Settler Memory and the Pitfalls and Possibilities of a Third Reconstruction

The Australian Centre thanks Ashley Anderson for the careful and considerate revision of provided captions

Webinar summary and key themes

This webinar is the seventh and final in the Australian Centre's 2022 Critical Public Conversations series:  Undoing Australia.

In this talk Professor Bruyneel will discuss the chronic displacement of Indigeneity in the politics and discourse around race in American political theory and culture, arguing that the ongoing influence of settler-colonialism has undermined efforts to understand Indigenous politics while also hindering conversation around race itself.

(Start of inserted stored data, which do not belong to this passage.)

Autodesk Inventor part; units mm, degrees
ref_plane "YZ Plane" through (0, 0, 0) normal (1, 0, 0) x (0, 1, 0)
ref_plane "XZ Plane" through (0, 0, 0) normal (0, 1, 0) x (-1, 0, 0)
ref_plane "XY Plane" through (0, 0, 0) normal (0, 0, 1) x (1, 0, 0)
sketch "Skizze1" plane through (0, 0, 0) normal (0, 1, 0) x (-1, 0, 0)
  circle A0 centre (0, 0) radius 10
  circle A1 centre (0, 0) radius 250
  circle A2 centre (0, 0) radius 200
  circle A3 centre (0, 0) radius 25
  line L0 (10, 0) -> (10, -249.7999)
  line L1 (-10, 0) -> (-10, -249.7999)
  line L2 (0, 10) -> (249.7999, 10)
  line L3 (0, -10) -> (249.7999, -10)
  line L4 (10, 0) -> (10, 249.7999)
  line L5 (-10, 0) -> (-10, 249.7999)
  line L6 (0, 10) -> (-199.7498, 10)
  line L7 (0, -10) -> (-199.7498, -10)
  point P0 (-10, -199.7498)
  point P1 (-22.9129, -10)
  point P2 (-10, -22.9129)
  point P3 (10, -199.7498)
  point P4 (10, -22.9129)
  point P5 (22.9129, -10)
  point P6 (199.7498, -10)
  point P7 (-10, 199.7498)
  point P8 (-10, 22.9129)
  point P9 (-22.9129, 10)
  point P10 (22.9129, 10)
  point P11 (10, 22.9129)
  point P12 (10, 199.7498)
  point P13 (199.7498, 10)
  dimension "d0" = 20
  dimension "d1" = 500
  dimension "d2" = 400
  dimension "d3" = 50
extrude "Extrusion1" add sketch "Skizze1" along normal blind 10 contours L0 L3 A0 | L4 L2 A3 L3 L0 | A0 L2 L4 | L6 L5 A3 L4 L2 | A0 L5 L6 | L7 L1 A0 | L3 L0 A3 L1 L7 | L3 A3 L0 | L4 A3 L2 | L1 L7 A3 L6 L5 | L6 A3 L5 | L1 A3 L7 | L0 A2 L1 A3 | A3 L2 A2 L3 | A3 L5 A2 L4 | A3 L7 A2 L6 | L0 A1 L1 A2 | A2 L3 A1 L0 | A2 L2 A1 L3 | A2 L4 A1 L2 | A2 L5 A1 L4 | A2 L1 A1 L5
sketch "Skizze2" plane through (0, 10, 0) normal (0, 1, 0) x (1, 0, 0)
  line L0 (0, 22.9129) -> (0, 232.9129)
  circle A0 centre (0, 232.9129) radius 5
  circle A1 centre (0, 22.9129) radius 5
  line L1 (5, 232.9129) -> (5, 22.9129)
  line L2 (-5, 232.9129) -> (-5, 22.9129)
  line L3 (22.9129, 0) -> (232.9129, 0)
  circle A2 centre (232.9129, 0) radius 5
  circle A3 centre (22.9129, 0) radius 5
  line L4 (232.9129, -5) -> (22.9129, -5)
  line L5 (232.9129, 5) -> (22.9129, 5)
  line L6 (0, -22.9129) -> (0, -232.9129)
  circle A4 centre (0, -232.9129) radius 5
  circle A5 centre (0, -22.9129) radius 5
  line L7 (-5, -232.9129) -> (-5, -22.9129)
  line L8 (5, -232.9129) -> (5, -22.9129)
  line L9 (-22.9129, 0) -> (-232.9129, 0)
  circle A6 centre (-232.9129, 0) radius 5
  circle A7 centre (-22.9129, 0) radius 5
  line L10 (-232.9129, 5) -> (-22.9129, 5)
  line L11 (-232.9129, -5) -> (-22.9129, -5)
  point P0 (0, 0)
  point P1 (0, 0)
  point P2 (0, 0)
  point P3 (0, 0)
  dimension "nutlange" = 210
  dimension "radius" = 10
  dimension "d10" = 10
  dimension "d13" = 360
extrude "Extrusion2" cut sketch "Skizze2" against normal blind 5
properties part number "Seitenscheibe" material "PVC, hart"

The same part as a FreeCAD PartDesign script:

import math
import FreeCAD as App
import Part
import Sketcher

V = App.Vector
Q = App.Units.Quantity

doc = App.newDocument("Part")
body = doc.addObject("PartDesign::Body", "Body")

# Sketch on XZ plane
sketch1 = body.newObject("Sketcher::SketchObject", "Sketch")
sketch1.AttachmentSupport = (doc.getObject("XZ_Plane"), [""])
sketch1.MapMode = "FlatFace"
sketch1.addGeometry([
    Part.Circle(V(0, 0, 0), V(0, 0, 1), 250),  # 0
    Part.Circle(V(0, 0, 0), V(0, 0, 1), 10),  # 1
    Part.ArcOfCircle(Part.Circle(V(0, 0, 0), V(0, 0, 1), 25), math.radians(114), math.radians(156)),  # 2
    Part.LineSegment(V(-10, 23, 0), V(-10, 200, 0)),  # 3
    Part.ArcOfCircle(Part.Circle(V(0, 0, 0), V(0, 0, 1), 200), math.radians(93), math.radians(177)),  # 4
    Part.LineSegment(V(-200, 10, 0), V(-23, 10, 0)),  # 5
    Part.LineSegment(V(-23, -10, 0), V(-200, -10, 0)),  # 6
    Part.ArcOfCircle(Part.Circle(V(0, 0, 0), V(0, 0, 1), 200), math.radians(-177), math.radians(-93)),  # 7
    Part.LineSegment(V(-10, -200, 0), V(-10, -23, 0)),  # 8
    Part.ArcOfCircle(Part.Circle(V(0, 0, 0), V(0, 0, 1), 25), math.radians(-156), math.radians(-114)),  # 9
    Part.LineSegment(V(10, -23, 0), V(10, -200, 0)),  # 10
    Part.ArcOfCircle(Part.Circle(V(0, 0, 0), V(0, 0, 1), 200), math.radians(-87), math.radians(-3)),  # 11
    Part.LineSegment(V(200, -10, 0), V(23, -10, 0)),  # 12
    Part.ArcOfCircle(Part.Circle(V(0, 0, 0), V(0, 0, 1), 25), math.radians(-66), math.radians(-24)),  # 13
    Part.ArcOfCircle(Part.Circle(V(0, 0, 0), V(0, 0, 1), 25), math.radians(24), math.radians(66)),  # 14
    Part.LineSegment(V(23, 10, 0), V(200, 10, 0)),  # 15
    Part.ArcOfCircle(Part.Circle(V(0, 0, 0), V(0, 0, 1), 200), math.radians(3), math.radians(87)),  # 16
    Part.LineSegment(V(10, 200, 0), V(10, 23, 0)),  # 17
], False)
sketch1.addConstraint([
    Sketcher.Constraint("Coincident", 2, 1, 3, 1),
    Sketcher.Constraint("Coincident", 3, 2, 4, 1),
    Sketcher.Constraint("Coincident", 4, 2, 5, 1),
    Sketcher.Constraint("Coincident", 5, 2, 2, 2),
    Sketcher.Constraint("Coincident", 6, 2, 7, 1),
    Sketcher.Constraint("Coincident", 7, 2, 8, 1),
    Sketcher.Constraint("Coincident", 8, 2, 9, 2),
    Sketcher.Constraint("Coincident", 9, 1, 6, 1),
    Sketcher.Constraint("Coincident", 10, 2, 11, 1),
    Sketcher.Constraint("Coincident", 11, 2, 12, 1),
    Sketcher.Constraint("Coincident", 12, 2, 13, 2),
    Sketcher.Constraint("Coincident", 13, 1, 10, 1),
    Sketcher.Constraint("Coincident", 14, 1, 15, 1),
    Sketcher.Constraint("Coincident", 15, 2, 16, 1),
    Sketcher.Constraint("Coincident", 16, 2, 17, 1),
    Sketcher.Constraint("Coincident", 17, 2, 14, 2),
    Sketcher.Constraint("Vertical", 3),
    Sketcher.Constraint("Horizontal", 5),
    Sketcher.Constraint("Horizontal", 6),
    Sketcher.Constraint("Vertical", 8),
    Sketcher.Constraint("Vertical", 10),
    Sketcher.Constraint("Horizontal", 12),
    Sketcher.Constraint("Horizontal", 15),
    Sketcher.Constraint("Vertical", 17),
    Sketcher.Constraint("Coincident", 0, 3, -1, 1),
    Sketcher.Constraint("Coincident", 1, 3, -1, 1),
    Sketcher.Constraint("Coincident", 2, 3, -1, 1),
    Sketcher.Constraint("Coincident", 4, 3, -1, 1),
    Sketcher.Constraint("Coincident", 7, 3, -1, 1),
    Sketcher.Constraint("Coincident", 9, 3, -1, 1),
    Sketcher.Constraint("Coincident", 11, 3, -1, 1),
    Sketcher.Constraint("Coincident", 13, 3, -1, 1),
    Sketcher.Constraint("Coincident", 14, 3, -1, 1),
    Sketcher.Constraint("Coincident", 16, 3, -1, 1),
    Sketcher.Constraint("Equal", 4, 7),
    Sketcher.Constraint("Equal", 2, 9),
    Sketcher.Constraint("Equal", 7, 11),
    Sketcher.Constraint("Equal", 9, 13),
    Sketcher.Constraint("Equal", 13, 14),
    Sketcher.Constraint("Equal", 11, 16),
    Sketcher.Constraint("Horizontal", 7, 2, 10, 2),
    Sketcher.Constraint("Horizontal", 9, 1, 11, 2),
    Sketcher.Constraint("Horizontal", 5, 2, 14, 1),
    Sketcher.Constraint("Horizontal", 3, 2, 16, 2),
    Sketcher.Constraint("Vertical", 4, 2, 6, 2),
    Sketcher.Constraint("Vertical", 3, 2, 7, 2),
    Sketcher.Constraint("Equal", 15, 3),
    Sketcher.Constraint("Diameter", 0, Q("500 mm")),
    Sketcher.Constraint("Diameter", 1, Q("20 mm")),
    Sketcher.Constraint("Radius", 2, Q("25 mm")),
    Sketcher.Constraint("Radius", 4, Q("200 mm")),
    Sketcher.Constraint("DistanceY", 6, 2, 4, 2, Q("20 mm")),
])
pad1 = body.newObject("PartDesign::Pad", "Pad")
pad1.Profile = sketch1
pad1.Length = 10
pad1.Reversed = True

# Sketch on XZ plane
sketch2 = body.newObject("Sketcher::SketchObject", "Sketch001")
sketch2.AttachmentSupport = (doc.getObject("XZ_Plane"), [""])
sketch2.MapMode = "FlatFace"
sketch2.AttachmentOffset = App.Placement(V(0, 0, -10), App.Rotation())
sketch2.addGeometry([
    Part.LineSegment(V(-5, -233, 0), V(-5, -23, 0)),  # 0
    Part.ArcOfCircle(Part.Circle(V(0, -23, 0), V(0, 0, 1), 5), math.radians(0), math.radians(180)),  # 1
    Part.LineSegment(V(5, -23, 0), V(5, -233, 0)),  # 2
    Part.ArcOfCircle(Part.Circle(V(0, -233, 0), V(0, 0, 1), 5), math.radians(180), math.radians(360)),  # 3
    Part.LineSegment(V(233, -5, 0), V(23, -5, 0)),  # 4
    Part.ArcOfCircle(Part.Circle(V(23, 0, 0), V(0, 0, 1), 5), math.radians(90), math.radians(270)),  # 5
    Part.LineSegment(V(23, 5, 0), V(233, 5, 0)),  # 6
    Part.ArcOfCircle(Part.Circle(V(233, 0, 0), V(0, 0, 1), 5), math.radians(-90), math.radians(90)),  # 7
    Part.LineSegment(V(5, 233, 0), V(5, 23, 0)),  # 8
    Part.ArcOfCircle(Part.Circle(V(0, 23, 0), V(0, 0, 1), 5), math.radians(180), math.radians(360)),  # 9
    Part.LineSegment(V(-5, 23, 0), V(-5, 233, 0)),  # 10
    Part.ArcOfCircle(Part.Circle(V(0, 233, 0), V(0, 0, 1), 5), math.radians(0), math.radians(180)),  # 11
    Part.LineSegment(V(-233, 5, 0), V(-23, 5, 0)),  # 12
    Part.ArcOfCircle(Part.Circle(V(-23, 0, 0), V(0, 0, 1), 5), math.radians(-90), math.radians(90)),  # 13
    Part.LineSegment(V(-23, -5, 0), V(-233, -5, 0)),  # 14
    Part.ArcOfCircle(Part.Circle(V(-233, 0, 0), V(0, 0, 1), 5), math.radians(90), math.radians(270)),  # 15
], False)
sketch2.addConstraint([
    Sketcher.Constraint("Tangent", 0, 2, 1, 2),
    Sketcher.Constraint("Tangent", 1, 1, 2, 1),
    Sketcher.Constraint("Tangent", 2, 2, 3, 2),
    Sketcher.Constraint("Tangent", 3, 1, 0, 1),
    Sketcher.Constraint("Tangent", 4, 2, 5, 2),
    Sketcher.Constraint("Tangent", 5, 1, 6, 1),
    Sketcher.Constraint("Tangent", 6, 2, 7, 2),
    Sketcher.Constraint("Tangent", 7, 1, 4, 1),
    Sketcher.Constraint("Tangent", 8, 2, 9, 2),
    Sketcher.Constraint("Tangent", 9, 1, 10, 1),
    Sketcher.Constraint("Tangent", 10, 2, 11, 2),
    Sketcher.Constraint("Tangent", 11, 1, 8, 1),
    Sketcher.Constraint("Tangent", 12, 2, 13, 2),
    Sketcher.Constraint("Tangent", 13, 1, 14, 1),
    Sketcher.Constraint("Tangent", 14, 2, 15, 2),
    Sketcher.Constraint("Tangent", 15, 1, 12, 1),
    Sketcher.Constraint("Vertical", 0),
    Sketcher.Constraint("Vertical", 2),
    Sketcher.Constraint("Horizontal", 4),
    Sketcher.Constraint("Horizontal", 6),
    Sketcher.Constraint("Vertical", 8),
    Sketcher.Constraint("Vertical", 10),
    Sketcher.Constraint("Horizontal", 12),
    Sketcher.Constraint("Horizontal", 14),
    Sketcher.Constraint("Equal", 3, 5),
    Sketcher.Constraint("Equal", 7, 9),
    Sketcher.Constraint("Equal", 11, 13),
    Sketcher.Constraint("Symmetric", 1, 3, 9, 3, -1, 1),
    Sketcher.Constraint("Symmetric", 5, 3, 13, 3, -1, 1),
    Sketcher.Constraint("Symmetric", 7, 3, 15, 3, -2),
    Sketcher.Constraint("Symmetric", 3, 3, 11, 3, -1),
    Sketcher.Constraint("Equal", 14, 0),
    Sketcher.Constraint("Radius", 1, Q("5 mm")),
    Sketcher.Constraint("DistanceX", 4, 2, 4, 1, Q("210 mm")),
    Sketcher.Constraint("DistanceY", 1, 3, -1, 1, Q("22.913 mm")),
    Sketcher.Constraint("DistanceX", -1, 1, 5, 3, Q("22.913 mm")),
])
pocket1 = body.newObject("PartDesign::Pocket", "Pocket")
pocket1.Profile = sketch2
pocket1.Length = 5
pocket1.Reversed = True

doc.recompute()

The talk will center on an important era and text - the late 19th Century Reconstruction Era in the United States and W.E.B. Du Bois’ canonical text Black Reconstruction in America – and in so doing discuss the role of the political memory of reconstruction in US politics today and how the work of settler memory limits the possibilities for how this memory can be mobilized. In so doing, Bruyneel speaks to the power of settler memory at work in the persistent disavowal of Indigeneity and its relationship to anti-racist and anti-capitalist critiques and effort to imagine and build a better world. In so doing, Bruyneel will discuss how Indigenous and Black intellectuals have understood ties between racism and white settler memory, even as the settler dimensions of whiteness are frequently erased in our discourse about race, whether in conflicts over Indian mascotry or the white nationalist underpinnings of Trumpism.

PRESENTER:

Kevin Bruyneel is Professor of Politics at Babson College. He is the author of Settler Memory: The Disavowal of Indigeneity and the Politics of Race in the United States, published in the Critical Indigeneities Series of the University of North Carolina Press in 2021. He presently writes on the relationship between race, colonialism, collective memory, and racial capitalism. He has published articles in History & Memory, Settler Colonial Studies, Native American and Indigenous Studies Journal, and The Journal of French and Francophone Philosophy. His first book was The Third Space of Sovereignty: The Postcolonial Politics of U.S.-Indigenous Relations. He is of settler ancestry, born and raised in Vancouver, British Columbia, the traditional territories of the Musqueam, Squamish and Tsleil-Waututh Nations. Bruyneel completed his B.A. at Simon Fraser University, and his M.A. and Ph.D. at the New School for Social Research in New York City. At Babson College, Bruyneel teaching courses in Political Theory, American Politics, Critical Race Studies, Indigenous Studies, and Radical Politics.

Host:

Professor Sarah Maddison is Professor of Politics in the School of Social and Political Sciences, and Director of the Australian Centre. She is particularly interested in work that helps reconceptualise political relationships between Aboriginal and Torres Strait Islander peoples and the Australian settler state, including critical examinations of a range of relevant public policies. Her recent work has focused on the treaty process in Victoria, and she is currently working with the Australian Centre’s Deputy Director, Julia Hurst, exploring the role of truth-telling in treaty making. Sarah has also designed the Professional Certificate in Treaty, which includes the Preparing for Treaty series of Melbourne MicroCerts.

Sarah has published widely in international journals and is the author or editor of nine books including, most recently, The Colonial Fantasy: Why white Australia can’t solve black problems (2019). Her other books in the field include The Limits of Settler Colonial Reconciliation (2016), Conflict Transformation and Reconciliation (2015), Beyond White Guilt (2011), Unsettling the Settler State (2011), and Black Politics (2009). Sarah has led numerous research projects and was an Australian Research Council Future Fellow for 2011-14, undertaking a project that examined reconciliation in Australia, South Africa, Northern Ireland, and Guatemala. Her current ARC project is exploring intersections in Indigenous and settler governance regimes.

The presenter has granted permission for this recording to be used for personal viewing and educational purposes.